◆ Task prompt ◆
Both the line with "f 16 119 118" and the line with "f 26 128 127" in the records below must appear in the output, along with every line between them, exactly and with nothing added.

(Saved entries)
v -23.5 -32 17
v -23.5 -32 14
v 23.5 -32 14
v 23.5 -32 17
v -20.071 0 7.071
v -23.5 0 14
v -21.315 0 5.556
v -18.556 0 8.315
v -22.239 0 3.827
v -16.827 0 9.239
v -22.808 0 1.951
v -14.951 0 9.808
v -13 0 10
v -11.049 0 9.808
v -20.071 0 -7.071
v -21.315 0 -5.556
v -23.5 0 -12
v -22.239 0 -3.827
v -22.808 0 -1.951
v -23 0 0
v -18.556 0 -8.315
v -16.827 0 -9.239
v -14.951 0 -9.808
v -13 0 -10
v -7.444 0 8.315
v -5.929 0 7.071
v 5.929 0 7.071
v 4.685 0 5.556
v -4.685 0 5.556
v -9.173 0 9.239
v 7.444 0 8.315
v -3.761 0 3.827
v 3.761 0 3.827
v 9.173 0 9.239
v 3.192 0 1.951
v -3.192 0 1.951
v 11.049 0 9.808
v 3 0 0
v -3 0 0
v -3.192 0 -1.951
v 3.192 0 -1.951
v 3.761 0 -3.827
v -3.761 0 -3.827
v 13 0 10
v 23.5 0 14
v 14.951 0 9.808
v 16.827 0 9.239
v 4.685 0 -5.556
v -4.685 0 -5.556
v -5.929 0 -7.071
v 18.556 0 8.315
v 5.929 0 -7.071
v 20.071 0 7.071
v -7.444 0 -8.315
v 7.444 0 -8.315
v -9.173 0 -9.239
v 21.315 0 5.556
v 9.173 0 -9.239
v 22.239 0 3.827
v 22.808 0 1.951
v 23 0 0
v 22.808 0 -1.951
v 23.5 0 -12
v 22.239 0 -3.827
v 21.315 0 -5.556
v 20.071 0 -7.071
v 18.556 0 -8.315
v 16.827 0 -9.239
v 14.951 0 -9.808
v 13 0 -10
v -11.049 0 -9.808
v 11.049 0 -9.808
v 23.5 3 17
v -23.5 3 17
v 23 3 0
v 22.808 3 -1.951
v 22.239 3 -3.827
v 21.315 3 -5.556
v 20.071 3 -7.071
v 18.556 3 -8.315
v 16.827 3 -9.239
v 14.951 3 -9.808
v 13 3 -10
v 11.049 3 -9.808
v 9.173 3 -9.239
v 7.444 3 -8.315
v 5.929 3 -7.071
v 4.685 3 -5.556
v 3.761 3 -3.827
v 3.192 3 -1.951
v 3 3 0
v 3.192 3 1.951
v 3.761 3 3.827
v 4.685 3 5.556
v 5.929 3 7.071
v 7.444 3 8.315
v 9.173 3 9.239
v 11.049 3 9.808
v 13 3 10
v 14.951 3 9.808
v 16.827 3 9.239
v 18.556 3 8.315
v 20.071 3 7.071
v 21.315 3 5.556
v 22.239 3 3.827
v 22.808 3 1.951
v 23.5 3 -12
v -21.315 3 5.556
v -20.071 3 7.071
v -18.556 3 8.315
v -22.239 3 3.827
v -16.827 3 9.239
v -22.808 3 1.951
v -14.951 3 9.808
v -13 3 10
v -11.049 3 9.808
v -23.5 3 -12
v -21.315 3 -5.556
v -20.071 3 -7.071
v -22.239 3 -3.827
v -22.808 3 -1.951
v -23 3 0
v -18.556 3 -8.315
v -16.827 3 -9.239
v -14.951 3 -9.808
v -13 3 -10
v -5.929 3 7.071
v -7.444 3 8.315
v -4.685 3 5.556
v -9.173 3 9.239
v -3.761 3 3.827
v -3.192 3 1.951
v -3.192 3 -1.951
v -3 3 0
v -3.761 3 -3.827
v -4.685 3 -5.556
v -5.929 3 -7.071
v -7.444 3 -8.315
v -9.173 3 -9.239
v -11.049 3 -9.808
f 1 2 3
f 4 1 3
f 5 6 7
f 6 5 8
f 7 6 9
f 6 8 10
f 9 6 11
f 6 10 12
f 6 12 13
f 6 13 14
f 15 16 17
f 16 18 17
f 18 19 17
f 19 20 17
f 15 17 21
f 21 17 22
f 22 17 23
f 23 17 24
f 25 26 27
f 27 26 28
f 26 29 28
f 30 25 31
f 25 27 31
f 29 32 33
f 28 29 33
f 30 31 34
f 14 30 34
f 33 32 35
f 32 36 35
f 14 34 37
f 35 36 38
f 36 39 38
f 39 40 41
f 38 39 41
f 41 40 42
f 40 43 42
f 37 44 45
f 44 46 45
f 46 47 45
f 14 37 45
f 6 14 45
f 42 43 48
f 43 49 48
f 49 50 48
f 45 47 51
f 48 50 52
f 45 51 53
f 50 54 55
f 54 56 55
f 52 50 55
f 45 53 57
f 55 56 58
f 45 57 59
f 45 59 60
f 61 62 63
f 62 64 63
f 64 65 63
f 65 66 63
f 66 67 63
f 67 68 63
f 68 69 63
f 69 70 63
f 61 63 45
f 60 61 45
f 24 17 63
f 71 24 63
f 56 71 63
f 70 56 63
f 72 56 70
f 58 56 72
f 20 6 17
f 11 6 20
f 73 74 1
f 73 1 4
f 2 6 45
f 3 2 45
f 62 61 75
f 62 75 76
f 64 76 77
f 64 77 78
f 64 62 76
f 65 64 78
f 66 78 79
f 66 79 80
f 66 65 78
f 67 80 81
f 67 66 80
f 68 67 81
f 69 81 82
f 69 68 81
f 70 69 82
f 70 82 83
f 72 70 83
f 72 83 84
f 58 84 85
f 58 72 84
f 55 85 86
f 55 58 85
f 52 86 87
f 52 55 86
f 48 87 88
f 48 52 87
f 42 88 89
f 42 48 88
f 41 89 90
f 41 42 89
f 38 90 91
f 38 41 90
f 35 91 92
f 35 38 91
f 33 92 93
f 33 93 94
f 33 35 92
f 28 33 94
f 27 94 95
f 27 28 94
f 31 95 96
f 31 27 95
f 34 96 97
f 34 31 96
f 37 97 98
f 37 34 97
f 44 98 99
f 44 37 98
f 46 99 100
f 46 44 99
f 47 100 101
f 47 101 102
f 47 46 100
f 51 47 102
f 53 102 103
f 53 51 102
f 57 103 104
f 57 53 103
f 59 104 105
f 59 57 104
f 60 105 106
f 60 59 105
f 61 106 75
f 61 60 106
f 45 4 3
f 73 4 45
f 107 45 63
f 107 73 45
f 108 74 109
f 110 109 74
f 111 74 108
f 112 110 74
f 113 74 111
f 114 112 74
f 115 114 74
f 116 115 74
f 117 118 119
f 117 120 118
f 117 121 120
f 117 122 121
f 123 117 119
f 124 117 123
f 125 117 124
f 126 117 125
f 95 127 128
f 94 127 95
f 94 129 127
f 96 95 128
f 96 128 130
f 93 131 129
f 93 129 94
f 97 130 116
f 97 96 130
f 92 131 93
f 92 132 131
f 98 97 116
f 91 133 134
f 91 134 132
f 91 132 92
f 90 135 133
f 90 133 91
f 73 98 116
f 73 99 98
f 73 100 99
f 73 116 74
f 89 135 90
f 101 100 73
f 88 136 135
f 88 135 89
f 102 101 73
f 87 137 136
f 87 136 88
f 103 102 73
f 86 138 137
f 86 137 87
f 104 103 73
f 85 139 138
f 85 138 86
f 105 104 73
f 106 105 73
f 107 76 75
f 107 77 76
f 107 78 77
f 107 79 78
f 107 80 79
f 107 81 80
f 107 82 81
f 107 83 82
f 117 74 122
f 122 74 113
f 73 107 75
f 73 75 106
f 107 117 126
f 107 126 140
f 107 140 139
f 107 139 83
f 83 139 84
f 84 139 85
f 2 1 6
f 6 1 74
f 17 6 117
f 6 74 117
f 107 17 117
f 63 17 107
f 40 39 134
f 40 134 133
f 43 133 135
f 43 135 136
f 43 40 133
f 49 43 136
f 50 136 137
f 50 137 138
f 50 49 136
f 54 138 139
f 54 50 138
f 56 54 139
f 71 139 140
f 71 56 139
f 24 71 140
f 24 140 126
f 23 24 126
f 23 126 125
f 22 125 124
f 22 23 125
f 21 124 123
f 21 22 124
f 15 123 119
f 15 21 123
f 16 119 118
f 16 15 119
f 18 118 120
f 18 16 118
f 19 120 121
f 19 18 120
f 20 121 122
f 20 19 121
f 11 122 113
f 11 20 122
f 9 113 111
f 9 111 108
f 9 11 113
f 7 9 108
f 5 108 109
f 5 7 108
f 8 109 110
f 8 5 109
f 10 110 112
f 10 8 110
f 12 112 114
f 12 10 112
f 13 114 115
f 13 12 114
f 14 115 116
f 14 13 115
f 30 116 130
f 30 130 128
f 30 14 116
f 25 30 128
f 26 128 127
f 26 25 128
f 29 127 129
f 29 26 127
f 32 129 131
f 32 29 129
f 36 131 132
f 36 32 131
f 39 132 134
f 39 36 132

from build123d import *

# Parameters (mm, degrees)
SKETCH1_W           = 47
SKETCH1_H           = 24
SKETCH1_R           = 10
BOSS_EXTRUDE1_DEPTH = 3
SKETCH2_W           = 47
SKETCH2_H           = 2
BOSS_EXTRUDE2_DEPTH = 3
SKETCH3_W           = 47
SKETCH3_H           = 3
BOSS_EXTRUDE6_DEPTH = 35


with BuildPart() as part:
    # Sketch1 → Boss-Extrude1 (new body)
    with BuildSketch(Plane(origin=(0, 0, 0), x_dir=(1, 0, 0), z_dir=(0, 1, 0))):
        Rectangle(SKETCH1_W, SKETCH1_H)
        with Locations((-13, 0)):
            Circle(SKETCH1_R, mode=Mode.SUBTRACT)
        with Locations((13, 0)):
            Circle(SKETCH1_R, mode=Mode.SUBTRACT)
    extrude(amount=BOSS_EXTRUDE1_DEPTH)

    # Sketch2 → Boss-Extrude2 (add)
    with BuildSketch(Plane(origin=(0, 3, 0), x_dir=(1, 0, 0), z_dir=(0, 1, 0))):
        with Locations((0, -13)):
            Rectangle(SKETCH2_W, SKETCH2_H)
    extrude(amount=-BOSS_EXTRUDE2_DEPTH)

    # Sketch3 → Boss-Extrude6 (add)
    with BuildSketch(Plane(origin=(0, 3, 0), x_dir=(1, 0, 0), z_dir=(0, 1, 0))):
        with Locations((0, -15.5)):
            Rectangle(SKETCH3_W, SKETCH3_H)
    extrude(amount=-BOSS_EXTRUDE6_DEPTH)


solid = part.part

◆ The answer ◆
f 16 119 118
f 16 15 119
f 18 118 120
f 18 16 118
f 19 120 121
f 19 18 120
f 20 121 122
f 20 19 121
f 11 122 113
f 11 20 122
f 9 113 111
f 9 111 108
f 9 11 113
f 7 9 108
f 5 108 109
f 5 7 108
f 8 109 110
f 8 5 109
f 10 110 112
f 10 8 110
f 12 112 114
f 12 10 112
f 13 114 115
f 13 12 114
f 14 115 116
f 14 13 115
f 30 116 130
f 30 130 128
f 30 14 116
f 25 30 128
f 26 128 127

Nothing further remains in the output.